Seriously, Hughes is twice as mouthy and grumpier than ever, and his team seems to be suffering from the we can't trust anybody virus, as one or two members do some shady dealings or break a lot easier than they should have. Quantum might be out of the action for a little of this book, but his arena fights are the stuff of Legends! And if you want to talk about funny, all I can say is there are two bits in which Quantum is chided for being racist, the first is an "Engrish Prease" back and forth that made me belly laugh, and the other was about Islamic proselytizing that literally made me almost fall out of my car as I was opening the door because I was laughing so hard. Cooper is clearly the snarkiest snark that ever snarked, and he uses that to his advantage. I would fear a conversation with him, just on the basis that somewhere in the back of his lizard brain lurked a fully formed Quantum Hughes who was ready to strike at the slightest hint of vulnerability.


Also, I love the cover, Qpappy187 looks suitably vicious, but I would have loved to see him in his life vest with Hacky in his hand. That would have fit so much better than the grim and dark angle, but hey, ya gotta go with what sells and this cover is an attention grabber.

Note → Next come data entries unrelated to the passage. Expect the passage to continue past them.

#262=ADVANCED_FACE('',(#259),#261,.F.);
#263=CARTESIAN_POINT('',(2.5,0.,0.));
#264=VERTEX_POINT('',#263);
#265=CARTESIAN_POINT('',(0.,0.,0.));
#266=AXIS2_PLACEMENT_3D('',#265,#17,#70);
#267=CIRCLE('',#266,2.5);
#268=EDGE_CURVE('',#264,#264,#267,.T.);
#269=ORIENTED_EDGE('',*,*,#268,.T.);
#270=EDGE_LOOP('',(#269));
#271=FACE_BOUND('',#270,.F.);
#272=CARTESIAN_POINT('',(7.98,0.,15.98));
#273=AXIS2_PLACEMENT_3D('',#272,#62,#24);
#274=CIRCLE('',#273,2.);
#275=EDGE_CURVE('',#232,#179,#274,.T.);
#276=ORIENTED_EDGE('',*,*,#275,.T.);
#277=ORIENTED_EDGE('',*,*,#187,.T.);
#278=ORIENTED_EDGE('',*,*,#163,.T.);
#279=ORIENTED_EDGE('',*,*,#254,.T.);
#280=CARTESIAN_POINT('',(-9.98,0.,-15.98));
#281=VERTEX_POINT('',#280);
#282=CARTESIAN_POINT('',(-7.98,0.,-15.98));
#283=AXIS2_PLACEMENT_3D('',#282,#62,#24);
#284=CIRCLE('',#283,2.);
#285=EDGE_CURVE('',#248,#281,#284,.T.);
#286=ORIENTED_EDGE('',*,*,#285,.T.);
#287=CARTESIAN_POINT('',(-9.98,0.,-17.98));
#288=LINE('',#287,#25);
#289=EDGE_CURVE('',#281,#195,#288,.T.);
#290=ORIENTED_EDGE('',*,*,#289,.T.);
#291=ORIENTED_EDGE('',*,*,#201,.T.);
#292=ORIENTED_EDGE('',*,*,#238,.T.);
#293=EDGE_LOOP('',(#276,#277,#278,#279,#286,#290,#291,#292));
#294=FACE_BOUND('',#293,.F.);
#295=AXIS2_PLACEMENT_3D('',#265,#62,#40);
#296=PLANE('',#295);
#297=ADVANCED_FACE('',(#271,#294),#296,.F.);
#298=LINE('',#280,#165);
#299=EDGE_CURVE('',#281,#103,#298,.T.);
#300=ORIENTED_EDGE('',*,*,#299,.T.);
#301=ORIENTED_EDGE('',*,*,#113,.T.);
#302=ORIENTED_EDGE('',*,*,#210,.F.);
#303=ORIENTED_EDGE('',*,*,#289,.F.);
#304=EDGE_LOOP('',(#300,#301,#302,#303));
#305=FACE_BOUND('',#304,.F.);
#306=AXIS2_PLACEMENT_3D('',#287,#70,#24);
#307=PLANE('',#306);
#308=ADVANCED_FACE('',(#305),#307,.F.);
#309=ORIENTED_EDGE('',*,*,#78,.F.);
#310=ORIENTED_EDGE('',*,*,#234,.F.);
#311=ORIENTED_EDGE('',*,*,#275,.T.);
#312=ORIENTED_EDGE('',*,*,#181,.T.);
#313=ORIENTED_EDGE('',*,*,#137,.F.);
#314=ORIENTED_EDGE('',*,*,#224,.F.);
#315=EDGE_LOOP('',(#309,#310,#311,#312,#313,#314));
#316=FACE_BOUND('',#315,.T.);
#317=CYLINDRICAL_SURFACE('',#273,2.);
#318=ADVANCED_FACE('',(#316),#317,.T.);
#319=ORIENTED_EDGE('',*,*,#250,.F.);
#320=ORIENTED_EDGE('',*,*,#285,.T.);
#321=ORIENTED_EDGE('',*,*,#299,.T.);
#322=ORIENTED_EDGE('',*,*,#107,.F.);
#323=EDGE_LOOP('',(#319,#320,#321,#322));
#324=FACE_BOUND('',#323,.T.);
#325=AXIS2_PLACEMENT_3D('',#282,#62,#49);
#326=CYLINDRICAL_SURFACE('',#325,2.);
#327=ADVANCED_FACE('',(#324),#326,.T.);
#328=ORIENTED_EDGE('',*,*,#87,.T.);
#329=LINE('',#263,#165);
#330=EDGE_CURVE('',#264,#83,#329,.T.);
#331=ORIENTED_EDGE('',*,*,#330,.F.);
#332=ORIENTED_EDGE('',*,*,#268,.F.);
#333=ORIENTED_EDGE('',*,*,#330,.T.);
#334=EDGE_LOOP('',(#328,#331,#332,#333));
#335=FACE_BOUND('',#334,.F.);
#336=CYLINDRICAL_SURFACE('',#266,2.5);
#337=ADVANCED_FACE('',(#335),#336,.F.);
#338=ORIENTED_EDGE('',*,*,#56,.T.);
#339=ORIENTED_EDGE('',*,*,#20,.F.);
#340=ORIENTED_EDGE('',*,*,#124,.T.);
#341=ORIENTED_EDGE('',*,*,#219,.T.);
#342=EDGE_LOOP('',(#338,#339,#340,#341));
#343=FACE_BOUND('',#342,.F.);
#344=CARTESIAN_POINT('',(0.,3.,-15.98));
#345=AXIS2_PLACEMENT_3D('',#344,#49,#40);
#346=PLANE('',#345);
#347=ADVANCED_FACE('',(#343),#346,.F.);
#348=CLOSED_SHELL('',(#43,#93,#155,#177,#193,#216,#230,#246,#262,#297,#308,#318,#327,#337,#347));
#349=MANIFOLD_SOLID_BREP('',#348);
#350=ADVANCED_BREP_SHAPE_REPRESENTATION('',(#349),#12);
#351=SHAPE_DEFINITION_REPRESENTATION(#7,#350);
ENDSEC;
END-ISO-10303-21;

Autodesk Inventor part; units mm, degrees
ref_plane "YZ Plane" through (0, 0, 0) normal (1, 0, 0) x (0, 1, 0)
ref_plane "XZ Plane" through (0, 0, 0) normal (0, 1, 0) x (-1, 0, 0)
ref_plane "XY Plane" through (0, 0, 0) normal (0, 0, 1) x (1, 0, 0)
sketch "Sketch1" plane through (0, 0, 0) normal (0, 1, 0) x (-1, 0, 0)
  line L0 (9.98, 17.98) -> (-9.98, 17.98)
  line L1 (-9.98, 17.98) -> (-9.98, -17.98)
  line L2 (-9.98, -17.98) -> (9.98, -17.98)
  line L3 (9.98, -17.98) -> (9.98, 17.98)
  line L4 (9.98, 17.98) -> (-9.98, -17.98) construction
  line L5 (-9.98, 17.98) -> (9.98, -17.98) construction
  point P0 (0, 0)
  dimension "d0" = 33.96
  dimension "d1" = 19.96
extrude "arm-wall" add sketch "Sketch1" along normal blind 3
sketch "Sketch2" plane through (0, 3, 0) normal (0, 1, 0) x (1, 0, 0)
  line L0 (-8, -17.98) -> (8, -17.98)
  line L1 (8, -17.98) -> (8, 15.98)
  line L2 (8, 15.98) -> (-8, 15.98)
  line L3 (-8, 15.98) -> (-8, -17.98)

Gotta talk about Hays, and his narration. No one else could play the fast talking wise-acre, Quantum Hughes, quite like Hays does. I think other narrators would get marble mouthed just trying to keep up. Plus, it is refreshing to see Jeff doing the whole book solo, I appreciate the other SBT cast members, but Jeff just rocks out stories all on his own, and Quantum is 100% Jeff all the way. He spits out quotes and phrases that would stunt a lesser narrator's growth, and does so with aplomb. Shockingly, I do have a few small issues I have to take with the Master of the Vocal Arts. First, in the aforementioned Islamic bit there is a bit of a pause that goes a little long when the giant is speaking to the Dream team. It goes on for what feels longer than a dramatic pause and seems more like a piece that got spliced back into the story. Like he had to redo it due to a flubbed line, and the timing was just a little off. Next, and this is strictly because I know some chefs, and would get a wet rag slapped in my mouth if I said it this way, but Jeff says the word "Saucier" in a distinctly American manner. Technically, his saying the word as saucey-er isn't incorrect, but it is french, and they way I have always heard it is as saucey-A, with the A being a long vowel sound. The same way that person who recommends wine is referred to as a sommelier. It too, ends with a long A sound. I am sure he did his due diligence and checked out how to pronounce it, but sometimes that old interweb lies or misdirects you. Just check out Top Chef sometime, they will give you the real skinny on how to pronounce those kitchen terms. I really don't want to pick at nits, and I am seriously not pointing the no-no finger at Jeff, but it needed pointing out.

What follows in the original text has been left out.